During childhood and schooling, children become victims of constraints, regulation, discipline and regimen. Times during which children don't study but just talk, interact with each other, play, draw, dismantle toys or just have fun is considered a waste of study time. We seem to have designed a schooling system which in trying to encourage learning seems to do the opposite. Children start feeling guilty about wanting to do anything other than "studying". Learning restricts itself to the textbooks and curriculum-prescribed subjects. Marks in exams are the only means for a child to demonstrate her learning capabilities. The few extra-curricular activities encouraged by schools are not assessed as rigorously as the main subjects so in a way we discourage children from spending too much time in those activities.

I think we miss out numerous opportunities for children to correlate, link and understand concepts. We encourage distinction between various learning experiences and over time children learn to dislike certain experiences and like some other. This gradually erodes the quality of learning itself. I think children learn at different times and in different ways. It is the responsibility of a school, teachers and parents to understand this, and we should not stifle any effort made by children to make this leap into the enchanting world of learning. The focus of the schooling systems needs to be not only on content and information but on the learning process.

Our curriculum framework advocates the need for integration of subjects, link topics to real life, encourage observation and experimentation. Connections of these subjects to daily events make learning so much deeper and interesting. We should use textbooks, computers and other tools for information dissemination and as triggers for thought. We need to allow the child to be an independent thinker. And see the larger aim of education: influencing the child to become a motivated learner.
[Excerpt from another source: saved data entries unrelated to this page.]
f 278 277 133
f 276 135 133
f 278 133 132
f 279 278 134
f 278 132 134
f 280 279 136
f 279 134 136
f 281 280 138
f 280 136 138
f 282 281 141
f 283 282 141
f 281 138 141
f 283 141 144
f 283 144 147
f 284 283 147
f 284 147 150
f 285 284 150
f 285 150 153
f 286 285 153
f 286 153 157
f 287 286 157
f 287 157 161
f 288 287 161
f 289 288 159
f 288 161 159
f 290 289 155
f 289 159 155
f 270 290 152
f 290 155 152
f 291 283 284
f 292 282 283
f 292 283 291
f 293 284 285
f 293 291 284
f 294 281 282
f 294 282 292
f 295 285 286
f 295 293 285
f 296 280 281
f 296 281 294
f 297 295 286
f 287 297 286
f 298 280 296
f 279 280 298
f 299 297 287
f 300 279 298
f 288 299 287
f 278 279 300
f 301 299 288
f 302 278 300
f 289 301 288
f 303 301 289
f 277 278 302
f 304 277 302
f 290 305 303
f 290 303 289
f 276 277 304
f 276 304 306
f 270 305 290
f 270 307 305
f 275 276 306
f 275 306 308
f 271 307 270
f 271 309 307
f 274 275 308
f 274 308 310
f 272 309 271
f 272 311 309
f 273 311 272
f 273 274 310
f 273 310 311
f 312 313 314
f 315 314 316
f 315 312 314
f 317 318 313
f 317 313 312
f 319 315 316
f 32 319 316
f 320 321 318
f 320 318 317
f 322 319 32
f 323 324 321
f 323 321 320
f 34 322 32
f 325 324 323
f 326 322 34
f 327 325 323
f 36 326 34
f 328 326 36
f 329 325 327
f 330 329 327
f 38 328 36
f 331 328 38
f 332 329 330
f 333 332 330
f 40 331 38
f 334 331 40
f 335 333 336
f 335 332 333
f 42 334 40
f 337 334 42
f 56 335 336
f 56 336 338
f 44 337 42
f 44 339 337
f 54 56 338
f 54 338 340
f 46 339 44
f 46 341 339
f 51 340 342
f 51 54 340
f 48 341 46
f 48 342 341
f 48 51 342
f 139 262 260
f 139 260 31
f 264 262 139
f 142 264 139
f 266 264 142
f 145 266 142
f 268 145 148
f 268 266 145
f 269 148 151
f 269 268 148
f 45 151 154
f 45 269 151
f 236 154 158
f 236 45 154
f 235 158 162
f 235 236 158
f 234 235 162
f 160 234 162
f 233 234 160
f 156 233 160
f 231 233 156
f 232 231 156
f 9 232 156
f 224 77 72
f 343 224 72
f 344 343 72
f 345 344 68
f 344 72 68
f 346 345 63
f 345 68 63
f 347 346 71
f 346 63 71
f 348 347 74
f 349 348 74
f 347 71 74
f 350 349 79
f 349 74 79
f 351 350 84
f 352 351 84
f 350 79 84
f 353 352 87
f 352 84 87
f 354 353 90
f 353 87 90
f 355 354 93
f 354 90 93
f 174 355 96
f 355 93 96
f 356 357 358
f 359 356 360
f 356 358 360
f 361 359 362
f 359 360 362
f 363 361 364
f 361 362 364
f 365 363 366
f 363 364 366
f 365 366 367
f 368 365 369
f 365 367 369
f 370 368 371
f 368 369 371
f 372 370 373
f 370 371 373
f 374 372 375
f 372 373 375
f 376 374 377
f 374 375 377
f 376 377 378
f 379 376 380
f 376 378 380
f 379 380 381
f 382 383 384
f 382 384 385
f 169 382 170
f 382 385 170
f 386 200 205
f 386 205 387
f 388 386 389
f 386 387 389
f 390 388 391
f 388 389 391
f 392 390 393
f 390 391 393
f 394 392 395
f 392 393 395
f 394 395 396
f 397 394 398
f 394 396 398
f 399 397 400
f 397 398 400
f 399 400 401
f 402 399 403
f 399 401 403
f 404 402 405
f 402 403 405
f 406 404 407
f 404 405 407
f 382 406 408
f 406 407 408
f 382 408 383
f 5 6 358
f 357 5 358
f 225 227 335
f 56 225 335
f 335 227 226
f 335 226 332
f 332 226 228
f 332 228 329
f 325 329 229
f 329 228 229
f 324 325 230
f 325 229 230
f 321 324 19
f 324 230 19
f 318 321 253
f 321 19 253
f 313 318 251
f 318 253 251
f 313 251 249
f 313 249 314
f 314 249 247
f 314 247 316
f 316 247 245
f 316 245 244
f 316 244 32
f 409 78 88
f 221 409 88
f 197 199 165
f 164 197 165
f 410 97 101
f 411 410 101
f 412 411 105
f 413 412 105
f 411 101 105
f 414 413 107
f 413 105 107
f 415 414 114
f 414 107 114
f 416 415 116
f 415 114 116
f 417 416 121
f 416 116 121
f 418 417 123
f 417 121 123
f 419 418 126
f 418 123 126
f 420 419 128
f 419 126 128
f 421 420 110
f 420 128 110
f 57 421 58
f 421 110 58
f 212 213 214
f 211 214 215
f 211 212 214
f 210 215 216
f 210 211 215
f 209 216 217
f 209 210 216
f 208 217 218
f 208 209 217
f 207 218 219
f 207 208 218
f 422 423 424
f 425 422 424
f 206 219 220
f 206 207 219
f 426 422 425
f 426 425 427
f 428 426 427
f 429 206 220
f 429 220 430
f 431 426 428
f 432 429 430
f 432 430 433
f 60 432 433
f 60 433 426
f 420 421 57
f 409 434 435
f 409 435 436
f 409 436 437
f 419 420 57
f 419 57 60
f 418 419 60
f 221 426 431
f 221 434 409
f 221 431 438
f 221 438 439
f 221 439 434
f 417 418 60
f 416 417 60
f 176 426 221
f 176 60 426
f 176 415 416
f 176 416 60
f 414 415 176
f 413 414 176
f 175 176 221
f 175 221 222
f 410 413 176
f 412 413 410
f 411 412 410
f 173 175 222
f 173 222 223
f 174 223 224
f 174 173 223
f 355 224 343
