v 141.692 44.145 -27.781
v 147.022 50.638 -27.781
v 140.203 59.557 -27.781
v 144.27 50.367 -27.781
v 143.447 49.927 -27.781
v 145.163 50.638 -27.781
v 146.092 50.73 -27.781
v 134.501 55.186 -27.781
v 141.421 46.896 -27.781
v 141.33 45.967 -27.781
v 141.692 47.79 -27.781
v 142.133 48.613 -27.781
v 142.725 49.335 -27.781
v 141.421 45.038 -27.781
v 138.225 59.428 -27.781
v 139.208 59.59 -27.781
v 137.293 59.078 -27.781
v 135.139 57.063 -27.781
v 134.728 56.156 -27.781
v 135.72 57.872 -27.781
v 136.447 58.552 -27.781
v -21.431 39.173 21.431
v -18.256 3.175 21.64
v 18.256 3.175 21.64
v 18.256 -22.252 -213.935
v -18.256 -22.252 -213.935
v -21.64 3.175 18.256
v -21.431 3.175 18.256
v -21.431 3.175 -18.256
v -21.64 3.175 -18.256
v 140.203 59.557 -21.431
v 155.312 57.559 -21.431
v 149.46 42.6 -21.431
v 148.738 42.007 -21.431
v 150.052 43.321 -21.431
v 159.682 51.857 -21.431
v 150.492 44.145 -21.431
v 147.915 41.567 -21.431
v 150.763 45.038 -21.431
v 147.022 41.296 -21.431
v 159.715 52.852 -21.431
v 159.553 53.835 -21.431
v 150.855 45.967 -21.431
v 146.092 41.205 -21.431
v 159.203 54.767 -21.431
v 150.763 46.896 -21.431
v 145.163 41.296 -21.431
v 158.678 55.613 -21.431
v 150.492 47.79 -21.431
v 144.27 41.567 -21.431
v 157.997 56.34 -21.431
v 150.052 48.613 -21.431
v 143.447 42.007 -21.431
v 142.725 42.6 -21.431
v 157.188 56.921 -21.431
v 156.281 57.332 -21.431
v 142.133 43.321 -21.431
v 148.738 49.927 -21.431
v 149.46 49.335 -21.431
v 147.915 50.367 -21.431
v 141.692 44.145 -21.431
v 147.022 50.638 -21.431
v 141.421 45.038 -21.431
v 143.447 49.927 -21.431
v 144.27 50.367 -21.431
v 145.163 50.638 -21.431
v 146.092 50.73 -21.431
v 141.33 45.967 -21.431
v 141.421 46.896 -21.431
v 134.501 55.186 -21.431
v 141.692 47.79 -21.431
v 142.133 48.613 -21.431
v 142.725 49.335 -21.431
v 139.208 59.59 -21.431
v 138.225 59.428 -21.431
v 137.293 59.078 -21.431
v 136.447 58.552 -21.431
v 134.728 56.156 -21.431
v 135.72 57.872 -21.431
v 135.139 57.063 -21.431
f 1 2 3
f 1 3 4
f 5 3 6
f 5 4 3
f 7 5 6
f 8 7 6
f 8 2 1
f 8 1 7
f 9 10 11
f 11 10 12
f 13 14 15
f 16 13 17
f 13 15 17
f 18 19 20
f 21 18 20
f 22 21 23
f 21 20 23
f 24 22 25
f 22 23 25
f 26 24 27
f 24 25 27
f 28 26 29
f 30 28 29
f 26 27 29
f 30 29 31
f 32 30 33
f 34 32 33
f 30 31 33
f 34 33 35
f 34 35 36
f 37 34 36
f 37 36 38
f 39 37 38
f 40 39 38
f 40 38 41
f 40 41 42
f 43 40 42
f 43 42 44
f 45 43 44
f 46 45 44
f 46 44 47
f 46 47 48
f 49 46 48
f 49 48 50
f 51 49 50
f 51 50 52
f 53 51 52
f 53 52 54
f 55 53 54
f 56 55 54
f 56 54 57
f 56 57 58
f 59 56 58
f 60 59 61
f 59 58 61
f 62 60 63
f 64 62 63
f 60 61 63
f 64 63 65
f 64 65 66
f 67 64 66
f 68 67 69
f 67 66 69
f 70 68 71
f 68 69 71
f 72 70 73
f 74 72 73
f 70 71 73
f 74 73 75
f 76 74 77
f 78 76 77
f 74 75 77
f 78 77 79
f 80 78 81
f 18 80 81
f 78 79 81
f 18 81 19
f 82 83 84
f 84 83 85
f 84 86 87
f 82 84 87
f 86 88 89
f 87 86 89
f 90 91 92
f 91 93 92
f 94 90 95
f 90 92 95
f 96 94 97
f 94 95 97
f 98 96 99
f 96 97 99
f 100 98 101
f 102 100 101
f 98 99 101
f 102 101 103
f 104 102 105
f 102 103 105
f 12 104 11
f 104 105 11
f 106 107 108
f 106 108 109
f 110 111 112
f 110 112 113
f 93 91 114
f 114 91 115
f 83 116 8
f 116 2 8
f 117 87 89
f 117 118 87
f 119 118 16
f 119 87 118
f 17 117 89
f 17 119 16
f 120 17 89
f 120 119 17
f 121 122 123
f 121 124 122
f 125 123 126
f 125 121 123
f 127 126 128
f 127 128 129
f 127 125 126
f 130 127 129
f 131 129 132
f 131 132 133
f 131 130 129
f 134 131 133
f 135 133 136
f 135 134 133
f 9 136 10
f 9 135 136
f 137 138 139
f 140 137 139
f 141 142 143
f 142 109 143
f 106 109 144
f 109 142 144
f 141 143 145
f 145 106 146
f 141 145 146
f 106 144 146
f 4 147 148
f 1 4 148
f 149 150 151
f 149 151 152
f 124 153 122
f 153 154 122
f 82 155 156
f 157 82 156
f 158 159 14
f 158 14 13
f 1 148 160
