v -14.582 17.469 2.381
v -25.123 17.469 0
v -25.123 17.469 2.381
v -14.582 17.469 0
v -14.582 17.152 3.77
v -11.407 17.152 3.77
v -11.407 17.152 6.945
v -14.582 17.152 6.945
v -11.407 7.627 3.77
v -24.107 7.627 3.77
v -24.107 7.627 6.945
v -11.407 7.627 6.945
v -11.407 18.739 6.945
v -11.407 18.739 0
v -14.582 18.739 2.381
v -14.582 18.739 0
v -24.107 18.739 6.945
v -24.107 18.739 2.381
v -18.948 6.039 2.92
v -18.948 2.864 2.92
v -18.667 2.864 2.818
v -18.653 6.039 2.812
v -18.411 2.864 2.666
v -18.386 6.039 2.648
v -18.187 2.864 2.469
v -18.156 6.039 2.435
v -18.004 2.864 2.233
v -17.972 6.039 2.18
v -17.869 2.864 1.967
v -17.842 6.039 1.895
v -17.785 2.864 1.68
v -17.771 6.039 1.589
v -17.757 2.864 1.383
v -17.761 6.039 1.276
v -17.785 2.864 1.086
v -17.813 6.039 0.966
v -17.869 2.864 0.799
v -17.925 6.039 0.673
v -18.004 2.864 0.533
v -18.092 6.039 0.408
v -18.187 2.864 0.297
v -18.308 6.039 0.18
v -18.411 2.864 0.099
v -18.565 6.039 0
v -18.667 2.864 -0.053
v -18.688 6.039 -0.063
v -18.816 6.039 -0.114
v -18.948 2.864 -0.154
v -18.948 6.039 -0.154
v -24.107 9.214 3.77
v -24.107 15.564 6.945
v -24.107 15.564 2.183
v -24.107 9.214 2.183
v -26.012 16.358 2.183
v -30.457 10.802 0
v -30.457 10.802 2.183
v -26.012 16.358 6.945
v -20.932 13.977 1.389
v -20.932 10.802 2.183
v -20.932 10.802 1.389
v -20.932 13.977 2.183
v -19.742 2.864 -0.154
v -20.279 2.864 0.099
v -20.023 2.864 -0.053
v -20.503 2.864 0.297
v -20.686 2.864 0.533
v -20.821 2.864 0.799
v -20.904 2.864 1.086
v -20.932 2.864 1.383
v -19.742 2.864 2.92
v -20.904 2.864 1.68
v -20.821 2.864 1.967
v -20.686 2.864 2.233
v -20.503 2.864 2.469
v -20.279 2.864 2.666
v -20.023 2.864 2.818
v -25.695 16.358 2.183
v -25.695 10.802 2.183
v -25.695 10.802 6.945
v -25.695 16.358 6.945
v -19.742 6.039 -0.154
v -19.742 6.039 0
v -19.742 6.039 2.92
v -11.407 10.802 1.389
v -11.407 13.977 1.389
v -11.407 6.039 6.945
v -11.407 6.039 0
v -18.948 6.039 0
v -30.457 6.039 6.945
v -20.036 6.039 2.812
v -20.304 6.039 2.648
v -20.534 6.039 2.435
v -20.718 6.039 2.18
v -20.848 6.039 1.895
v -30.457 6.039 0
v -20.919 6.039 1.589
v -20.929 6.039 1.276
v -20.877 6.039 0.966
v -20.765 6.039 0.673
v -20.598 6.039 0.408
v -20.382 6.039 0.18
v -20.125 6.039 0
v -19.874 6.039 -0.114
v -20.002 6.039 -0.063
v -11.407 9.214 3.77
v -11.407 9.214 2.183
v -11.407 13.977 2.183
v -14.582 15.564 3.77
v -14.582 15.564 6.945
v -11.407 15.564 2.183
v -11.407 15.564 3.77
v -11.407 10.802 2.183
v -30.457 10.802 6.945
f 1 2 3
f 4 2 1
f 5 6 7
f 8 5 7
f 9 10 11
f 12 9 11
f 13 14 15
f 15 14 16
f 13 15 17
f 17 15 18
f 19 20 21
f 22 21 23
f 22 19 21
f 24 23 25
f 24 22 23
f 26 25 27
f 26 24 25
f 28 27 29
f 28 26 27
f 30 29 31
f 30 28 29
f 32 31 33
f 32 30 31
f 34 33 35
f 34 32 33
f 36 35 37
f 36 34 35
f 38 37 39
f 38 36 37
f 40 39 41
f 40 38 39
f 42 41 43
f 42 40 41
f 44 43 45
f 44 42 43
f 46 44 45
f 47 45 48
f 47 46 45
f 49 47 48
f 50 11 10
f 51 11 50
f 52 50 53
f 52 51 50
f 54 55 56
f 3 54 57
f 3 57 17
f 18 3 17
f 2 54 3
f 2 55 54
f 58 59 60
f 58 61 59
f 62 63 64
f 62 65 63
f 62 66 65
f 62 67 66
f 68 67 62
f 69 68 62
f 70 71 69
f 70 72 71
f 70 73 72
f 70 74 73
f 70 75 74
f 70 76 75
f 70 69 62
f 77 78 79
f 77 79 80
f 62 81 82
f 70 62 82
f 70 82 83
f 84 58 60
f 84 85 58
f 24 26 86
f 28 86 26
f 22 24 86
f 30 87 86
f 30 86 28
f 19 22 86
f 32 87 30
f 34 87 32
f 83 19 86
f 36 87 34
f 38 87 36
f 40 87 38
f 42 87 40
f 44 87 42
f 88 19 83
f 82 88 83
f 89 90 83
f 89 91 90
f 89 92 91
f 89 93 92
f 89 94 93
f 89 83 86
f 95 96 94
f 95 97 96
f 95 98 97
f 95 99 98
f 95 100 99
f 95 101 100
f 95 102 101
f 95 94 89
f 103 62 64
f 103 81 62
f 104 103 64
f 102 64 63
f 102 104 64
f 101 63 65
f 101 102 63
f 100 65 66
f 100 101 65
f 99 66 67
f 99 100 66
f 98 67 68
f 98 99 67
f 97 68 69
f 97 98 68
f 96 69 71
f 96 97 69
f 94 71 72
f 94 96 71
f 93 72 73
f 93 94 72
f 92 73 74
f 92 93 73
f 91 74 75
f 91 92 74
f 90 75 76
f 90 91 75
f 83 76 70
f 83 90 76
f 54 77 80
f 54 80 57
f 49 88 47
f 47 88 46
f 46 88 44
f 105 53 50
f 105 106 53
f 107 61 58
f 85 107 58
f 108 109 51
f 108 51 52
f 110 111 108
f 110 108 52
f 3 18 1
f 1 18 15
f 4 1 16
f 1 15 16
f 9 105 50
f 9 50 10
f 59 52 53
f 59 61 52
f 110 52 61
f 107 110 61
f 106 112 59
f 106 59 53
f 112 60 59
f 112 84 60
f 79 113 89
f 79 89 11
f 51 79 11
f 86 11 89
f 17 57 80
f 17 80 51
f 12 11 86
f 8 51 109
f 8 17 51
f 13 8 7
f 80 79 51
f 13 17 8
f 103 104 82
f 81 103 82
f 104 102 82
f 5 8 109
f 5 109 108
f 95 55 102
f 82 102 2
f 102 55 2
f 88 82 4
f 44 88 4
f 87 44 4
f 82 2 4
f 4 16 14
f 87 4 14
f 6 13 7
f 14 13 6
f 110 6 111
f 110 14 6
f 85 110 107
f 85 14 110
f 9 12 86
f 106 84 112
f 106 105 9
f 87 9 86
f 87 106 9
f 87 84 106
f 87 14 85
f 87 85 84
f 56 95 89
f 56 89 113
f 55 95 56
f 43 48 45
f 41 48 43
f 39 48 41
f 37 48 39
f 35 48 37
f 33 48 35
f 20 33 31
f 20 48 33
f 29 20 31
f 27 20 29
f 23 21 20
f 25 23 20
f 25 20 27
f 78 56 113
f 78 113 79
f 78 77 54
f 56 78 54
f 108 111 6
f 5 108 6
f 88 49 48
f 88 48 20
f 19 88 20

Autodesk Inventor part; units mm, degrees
ref_plane "YZ Plane" through (0, 0, 0) normal (1, 0, 0) x (0, 1, 0)
sketch "Sketch1" plane through (0, 0, 0) normal (0, 0, 1) x (1, 0, 0)
  line L0 (-11.4074, 18.7393) -> (-11.4074, 6.0393)
  line L1 (-11.4074, 6.0393) -> (-30.4574, 6.0393)
  line L2 (-30.4574, 6.0393) -> (-30.4574, 10.8018)
  line L3 (-30.4574, 10.8018) -> (-24.1074, 18.7393)
  line L4 (-11.4074, 18.7393) -> (-24.1074, 18.7393)
  dimension "d0" = 12.7
  dimension "d1" = 19.05
  dimension "d2" = 4.7625
  dimension "d4" = 12.7
extrude "Extrusion1" add sketch "Sketch1" along normal blind 13.8906
sketch "Sketch3" plane through (-30.4574, 6.0393, 0) normal (-1, 0, 0) x (0, 0, 1)
  line L0 (13.8906, 0) -> (13.8906, 4.7625) projected
  line L1 (0, 4.7625) -> (13.8906, 4.7625) projected
  line L2 (0, 0) -> (0, 4.7625) projected
  line L3 (0, 0) -> (13.8906, 0) projected
  circle A0 centre (6.9453, 2.1164) radius 6.9453 construction
  line L4 (6.9453, 2.1164) -> (6.9453, 0)
ref_plane "Work Plane1" through (-30.4574, 8.1557, 6.9453) normal (0, 0, -1) x (-1, 0, 0)
sketch "Sketch4" plane through (-30.4574, 8.1557, 6.9453) normal (0, 0, -1) x (-1, 0, 0)
  line L0 (-4.7625, 8.2023) -> (0, 8.2023)
  line L1 (0, 8.2023) -> (0, 2.6461)
  line L2 (0, 2.6461) -> (-4.7625, 2.6461)
  line L3 (-4.7625, 2.6461) -> (-4.7625, 8.2023)
  line L4 (0, -2.1164) -> (0, 2.6461) projected
  dimension "d13" = 4.7625
  dimension "d14" = 5.5563
extrude "Extrusion3" cut sketch "Sketch4" against normal mid plane 9.525
sketch "Sketch5" plane through (-11.4074, 6.0393, 0) normal (1, 0, 0) x (0, 0, -1)
  line L0 (-13.8906, 12.7) -> (-13.8906, 0) projected
  line L1 (0, 0) -> (-13.8906, 0) projected
  line L2 (0, 12.7) -> (0, 0) projected
  line L3 (0, 12.7) -> (-13.8906, 12.7) projected
  line L4 (-11.7078, 9.525) -> (-2.1828, 9.525)
  line L5 (-2.1828, 9.525) -> (-2.1828, 3.175)
  line L6 (-2.1828, 3.175) -> (-11.7078, 3.175)
  line L7 (-11.7078, 3.175) -> (-11.7078, 9.525)
  circle A0 centre (-6.9453, 6.35) radius 4.7625 construction
  circle A1 centre (-6.9453, 6.35) radius 3.175 construction
  circle A2 centre (-6.9453, 6.35) radius 6.35 construction
  circle A3 centre (-6.9453, 6.35) radius 6.9453 construction
  dimension "d17" = 9.525
  dimension "d18" = 6.35
extrude "Extrusion4" cut sketch "Sketch5" against normal blind 12.7 contours L4 L5 L6 L7
sketch "Sketch6" plane through (-11.4074, 6.0393, 0) normal (1, 0, 0) x (0, 0, -1)
  line L0 (-11.7078, 3.175) -> (-11.7078, 9.525) projected
  line L1 (-11.7078, 9.525) -> (-2.1828, 9.525) projected
  line L2 (-2.1828, 9.525) -> (-2.1828, 3.175) projected
  line L3 (-10.1203, 9.525) -> (-3.7703, 9.525)
  line L4 (-3.7703, 9.525) -> (-3.7703, 11.1125)
  line L5 (-3.7703, 11.1125) -> (-10.1203, 11.1125)
  line L6 (-10.1203, 11.1125) -> (-10.1203, 9.525)
  circle A0 centre (-6.9453, 20.5431) radius 3.175 construction
  circle A1 centre (-6.9453, 20.5431) radius 4.7625 construction
  dimension "d21" = 6.35
  dimension "d22" = 1.5875
extrude "Extrusion5" cut sketch "Sketch6" against normal blind 3.175
sketch "Sketch7" plane through (-11.4074, 6.0393, 0) normal (1, 0, 0) x (0, 0, -1)
  line L0 (-13.8906, 12.7) -> (-13.8906, 0) projected
  line L1 (0, 0) -> (-13.8906, 0) projected
  line L2 (0, 12.7) -> (0, 0) projected
  line L3 (0, 12.7) -> (-13.8906, 12.7) projected
  line L4 (-12.5016, 7.9375) -> (-1.3891, 7.9375)
  line L5 (-1.3891, 7.9375) -> (-1.3891, 4.7625)
  line L6 (-1.3891, 4.7625) -> (-12.5016, 4.7625)
  line L7 (-12.5016, 4.7625) -> (-12.5016, 7.9375)
  circle A0 centre (-6.9453, 6.35) radius 5.5563 construction
  circle A1 centre (-6.9453, 6.35) radius 6.9453 construction
  circle A2 centre (-6.9453, 6.35) radius 6.35 construction
  circle A3 centre (-6.9453, 6.35) radius 1.5875 construction
  dimension "d25" = 3.175
  dimension "d26" = 11.1125
extrude "Extrusion6" cut sketch "Sketch7" against normal blind 9.525 contours L4 L5 L6 L7
sketch "Sketch8" plane through (-11.4074, 6.0393, 0) normal (1, 0, 0) x (0, 0, -1)
  line L0 (-10.1203, 9.525) -> (-10.1203, 11.1125) projected
  line L1 (-3.7703, 11.1125) -> (-3.7703, 9.525) projected
  line L2 (-2.1828, 3.175) -> (-11.7078, 3.175) projected
  line L3 (-10.1203, 3.175) -> (-3.7703, 3.175)
  line L4 (-3.7703, 3.175) -> (-3.7703, 1.5875)
  line L5 (-3.7703, 1.5875) -> (-10.1203, 1.5875)
  line L6 (-10.1203, 1.5875) -> (-10.1203, 3.175)
  dimension "d29" = 1.5875
extrude "Extrusion7" cut sketch "Sketch8" against normal up to surface (12.7 mm away)
sketch "Sketch9" plane through (-30.4574, 6.0393, 0) normal (0, -1, 0) x (1, 0, 0)
  line L0 (19.05, 13.8906) -> (0, 13.8906) projected
  line L1 (19.05, 0) -> (0, 0) projected
  line L2 (19.05, 0) -> (19.05, 13.8906) projected
  line L3 (11.5094, -0.1544) -> (11.5094, 2.9198)
  line L4 (11.5094, 10.9708) -> (11.5094, 14.045)
  line L5 (10.7156, -0.1544) -> (10.7156, 2.9198)
  line L6 (10.7156, 10.9708) -> (10.7156, 14.045)
  arc A0 (10.7156, 2.9198) -> (10.7156, -0.1544) centre (11.1125, 1.3827) ccw
  arc A1 (11.5094, -0.1544) -> (11.5094, 2.9198) centre (11.1125, 1.3827) ccw
  arc A2 (11.5094, 10.9708) -> (11.5094, 14.045) centre (11.1125, 12.5079) ccw
  arc A3 (10.7156, 14.045) -> (10.7156, 10.9708) centre (11.1125, 12.5079) ccw
  circle A4 centre (11.1125, 6.9453) radius 5.5626 construction
  circle A5 centre (11.1125, 6.9453) radius 6.9453 construction
  dimension "d32" = 7.9375
  dimension "d33" = 1.5875
  dimension "d34" = 0.7937
  dimension "d35" = 0.3969
  dimension "d45" = 11.1252
extrude "Extrusion8" add sketch "Sketch9" along normal blind 3.175
sketch "Sketch10" plane through (-24.1074, 18.7393, 0) normal (0, 1, 0) x (1, 0, 0)
  line L0 (0, -13.8906) -> (12.7, -13.8906) projected
  line L1 (12.7, 0) -> (12.7, -13.8906) projected
  line L2 (0, 0) -> (12.7, 0) projected
  line L3 (9.525, 0) -> (-3.175, 0)
  line L4 (-3.175, 0) -> (-3.175, -2.3813)
  line L5 (-3.175, -2.3813) -> (9.525, -2.3812)
  line L6 (9.525, -2.3812) -> (9.525, 0)
  line L7 (9.525, -11.5094) -> (-3.175, -11.5094)
  line L8 (-3.175, -11.5094) -> (-3.175, -13.8906)
  line L9 (-3.175, -13.8906) -> (9.525, -13.8906)
  line L10 (9.525, -13.8906) -> (9.525, -11.5094)
  dimension "d38" = 3.175
  dimension "d39" = 2.3813
  dimension "d40" = 2.3813
  dimension "d41" = 12.7
  dimension "d42" = 12.7
extrude "Extrusion9" cut sketch "Sketch10" against normal blind 1.27
ref_plane "Work Plane2" through (0, 0, 6.9453) normal (0, 0, 1) x (1, 0, 0)
sketch "Sketch12" plane through (0, 0, 6.9453) normal (0, 0, 1) x (1, 0, 0)
  line L0 (-34.925, 19.05) -> (-7.9375, 19.05)
  line L1 (-7.9375, 19.05) -> (-7.9375, -1.5875)
  line L2 (-7.9375, -1.5875) -> (-34.925, -1.5875)
  line L3 (-34.925, -1.5875) -> (-34.925, 19.05)
extrude "Extrusion10" cut sketch "Sketch12" along normal through all
properties part number "connect"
In India now, there is the growing realisation of the need for change. We have begun to realise that our children don't seem to learn how to learn; numerous studies have proven this.We have made the transition from concern for just basic literacy to quality education. We need to progress from a compulsion to mass-produce stereotypes to creating independent thinkers and active learners.

We need to revamp the system that compels children to become mechanical learners. Let us not ourselves stifle the child's mind with archaic definitions of rigidity, rigour and discipline. Let us create an environment that allows the child's mind to blossom. Let us open our schools to the world of learning. We need to take this step and launch ourselves into this new paradigm—of autonomous learning. Only then will we progress towards becoming a learning nation!